If appointment of a PR is needed immediately, a petition for Special PR can be submitted to the Probate Court. Generally, this is done if there is an immediate need to preserve and manage the assets of the estate, such as running a business. The proceeding requires a personal appearance at the Probate Court, involves additional fees, and the powers of a Special PR are more limited than when a permanent appointment has occurred.
PRs (other than Voluntary PRs) must account to the heirs at law (if an intestate estate) or to the devisees (beneficiaries) (if a testate estate) and possibly to the Massachusetts (or other state) Probate Court for a decedent’s probate property. For probate purposes, the estate includes only items owned solely in the name of the decedent, items payable to the decedent, items payable to the decedent’s estate, or items held for convenience only in joint accounts. These items pass according to the will of the decedent (the "Probate Estate") or according to the intestate laws of the state of last residence of the decedent.
Three months after the judge signs the fiduciary bond and the PR is appointed by the Court, Massachusetts requires the preparation of an inventory showing the Probate Estate held at date of death.
Massachusetts also requires an accounting each year of the administration of an estate showing all Probate Estate items received and disbursed during the administration, income earned and fees and expenses paid. Accounts are either prepared on an annual basis, or one account (a “First and Final Account”) is prepared at the end of the administration. The account(s) may be filed with the Court or sent to the beneficiaries. In a formal probate, notice must be given to all interested parties. Generally, if the account(s) are allowed by the Court, and a complete settlement has been filed and approved, the PR’s liability for the estate closes. This involves additional fees.

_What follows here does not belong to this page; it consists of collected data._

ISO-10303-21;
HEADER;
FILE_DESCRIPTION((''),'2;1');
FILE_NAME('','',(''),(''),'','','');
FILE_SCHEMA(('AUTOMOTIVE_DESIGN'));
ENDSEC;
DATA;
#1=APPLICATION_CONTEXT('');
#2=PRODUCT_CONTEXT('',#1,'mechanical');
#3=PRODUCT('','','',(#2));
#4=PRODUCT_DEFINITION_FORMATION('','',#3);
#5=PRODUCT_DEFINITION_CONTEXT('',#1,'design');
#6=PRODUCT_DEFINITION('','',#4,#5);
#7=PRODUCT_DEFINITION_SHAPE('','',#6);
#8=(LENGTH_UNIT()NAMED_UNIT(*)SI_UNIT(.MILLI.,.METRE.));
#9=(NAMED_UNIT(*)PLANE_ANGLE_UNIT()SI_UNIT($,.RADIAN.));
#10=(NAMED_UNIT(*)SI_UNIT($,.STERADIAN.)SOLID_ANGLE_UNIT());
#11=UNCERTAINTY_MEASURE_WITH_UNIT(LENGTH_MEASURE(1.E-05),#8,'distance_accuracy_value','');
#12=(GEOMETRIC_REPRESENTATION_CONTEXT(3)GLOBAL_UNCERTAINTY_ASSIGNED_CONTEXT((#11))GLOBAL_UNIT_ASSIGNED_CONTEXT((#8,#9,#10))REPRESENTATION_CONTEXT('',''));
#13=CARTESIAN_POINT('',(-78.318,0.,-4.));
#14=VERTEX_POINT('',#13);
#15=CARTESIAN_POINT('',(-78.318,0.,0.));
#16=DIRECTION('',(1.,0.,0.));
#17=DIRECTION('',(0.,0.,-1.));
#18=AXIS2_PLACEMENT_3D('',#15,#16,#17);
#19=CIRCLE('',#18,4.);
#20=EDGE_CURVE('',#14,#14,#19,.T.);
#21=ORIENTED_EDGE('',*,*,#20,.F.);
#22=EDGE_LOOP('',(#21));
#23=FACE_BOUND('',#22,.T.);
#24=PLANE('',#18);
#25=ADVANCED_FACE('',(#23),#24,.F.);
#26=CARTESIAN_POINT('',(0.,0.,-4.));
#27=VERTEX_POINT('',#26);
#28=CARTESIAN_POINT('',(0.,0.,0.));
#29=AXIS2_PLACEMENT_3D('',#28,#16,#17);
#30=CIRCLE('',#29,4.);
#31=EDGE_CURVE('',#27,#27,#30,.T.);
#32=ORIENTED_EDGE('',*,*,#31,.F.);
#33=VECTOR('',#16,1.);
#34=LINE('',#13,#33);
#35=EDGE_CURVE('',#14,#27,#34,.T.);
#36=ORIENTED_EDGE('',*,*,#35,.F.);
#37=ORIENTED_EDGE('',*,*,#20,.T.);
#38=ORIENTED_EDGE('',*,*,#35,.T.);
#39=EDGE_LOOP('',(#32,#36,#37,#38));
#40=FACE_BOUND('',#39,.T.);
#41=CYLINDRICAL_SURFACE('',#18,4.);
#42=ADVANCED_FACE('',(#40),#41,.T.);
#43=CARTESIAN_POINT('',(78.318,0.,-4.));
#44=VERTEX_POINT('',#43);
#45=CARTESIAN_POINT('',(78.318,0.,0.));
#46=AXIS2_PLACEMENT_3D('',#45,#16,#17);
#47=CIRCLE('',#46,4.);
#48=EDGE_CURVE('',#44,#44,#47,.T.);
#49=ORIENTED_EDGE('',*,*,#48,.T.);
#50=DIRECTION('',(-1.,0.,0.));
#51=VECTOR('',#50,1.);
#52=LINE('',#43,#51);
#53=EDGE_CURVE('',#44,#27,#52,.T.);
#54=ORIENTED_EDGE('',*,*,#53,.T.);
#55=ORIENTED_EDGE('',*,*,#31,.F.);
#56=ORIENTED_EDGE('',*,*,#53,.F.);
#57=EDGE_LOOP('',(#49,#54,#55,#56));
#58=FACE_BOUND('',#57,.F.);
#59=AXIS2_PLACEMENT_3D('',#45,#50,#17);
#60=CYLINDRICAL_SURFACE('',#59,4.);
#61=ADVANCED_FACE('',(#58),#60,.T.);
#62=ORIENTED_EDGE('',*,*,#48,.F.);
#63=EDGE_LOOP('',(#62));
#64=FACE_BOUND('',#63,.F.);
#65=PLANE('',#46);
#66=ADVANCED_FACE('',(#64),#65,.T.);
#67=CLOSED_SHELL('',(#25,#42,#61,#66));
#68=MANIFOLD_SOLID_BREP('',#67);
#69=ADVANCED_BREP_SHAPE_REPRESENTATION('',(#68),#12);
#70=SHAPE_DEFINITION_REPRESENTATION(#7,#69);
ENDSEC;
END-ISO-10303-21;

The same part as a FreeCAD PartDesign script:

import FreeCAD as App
import Part
import Sketcher
Q = App.Units.Quantity


def add_polygon(sketch, points):
    """Adds a closed chain of lines whose ends are joined by coincident constraints."""
    first, n = sketch.GeometryCount, len(points)
    for a, b in zip(points, points[1:] + points[:1]):
        sketch.addGeometry(Part.LineSegment(App.Vector(*a, 0), App.Vector(*b, 0)), False)
    for i in range(n):
        sketch.addConstraint(Sketcher.Constraint("Coincident", first + i, 2, first + (i + 1) % n, 1))

doc = App.newDocument("Part")
params = doc.addObject("Spreadsheet::Sheet", "Params")
for row, (alias, value) in enumerate([
    ("sketch1_height", "4 mm"),
    ("revolution_angle", "360 deg"),
], start=1):
    params.set(f"A{row}", alias)
    params.set(f"B{row}", "=" + value)
    params.setAlias(f"B{row}", alias)

body = doc.addObject("PartDesign::Body", "Body")

sketch1 = body.newObject("Sketcher::SketchObject", "Sketch")
sketch1.AttachmentSupport = (doc.getObject("XZ_Plane"), [""])
sketch1.MapMode = "FlatFace"
add_polygon(sketch1, [(-78.3, 0), (78.3, 0), (78.3, -4), (-78.3, -4)])
sketch1.addConstraint([
    Sketcher.Constraint("Horizontal", 0),
    Sketcher.Constraint("Vertical", 1),
    Sketcher.Constraint("Horizontal", 2),
    Sketcher.Constraint("Vertical", 3),
    Sketcher.Constraint("Symmetric", 0, 2, 3, 2, -1, 1),
    Sketcher.Constraint("DistanceY", 1, 2, 1, 1, Q("4 mm")),
    Sketcher.Constraint("DistanceX", -1, 1, 0, 2, Q("78.318 mm")),
])
sketch1.setExpression("Constraints[9]", "Params.sketch1_height")
revolution = body.newObject("PartDesign::Revolution", "Revolution")
revolution.Profile = sketch1
revolution.ReferenceAxis = (sketch1, ["H_Axis"])
revolution.setExpression("Angle", "Params.revolution_angle")

doc.recompute()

Non-probate property includes any interest a decedent may have in property passing other than by the will of the decedent or the intestate laws of the applicable state. Thus, any property held in a trust or in joint name (that is not just a convenience account) is non-probate. Property passing by beneficiary designations to anyone other than the estate of the decedent, such as TOD accounts, POD accounts, life insurance, annuities, pension and retirement accounts, also are non-probate property as long as they do not name the decedent or the decedent’s estate as beneficiary. All non-probate property must be included on the estate tax return but is not included in the probate inventory or probate accounting prepared and given to the beneficiaries and possibly filed with the Probate Court. Non-probate property is not governed by the decedent’s will usually, and passes to beneficiaries according to other documentation.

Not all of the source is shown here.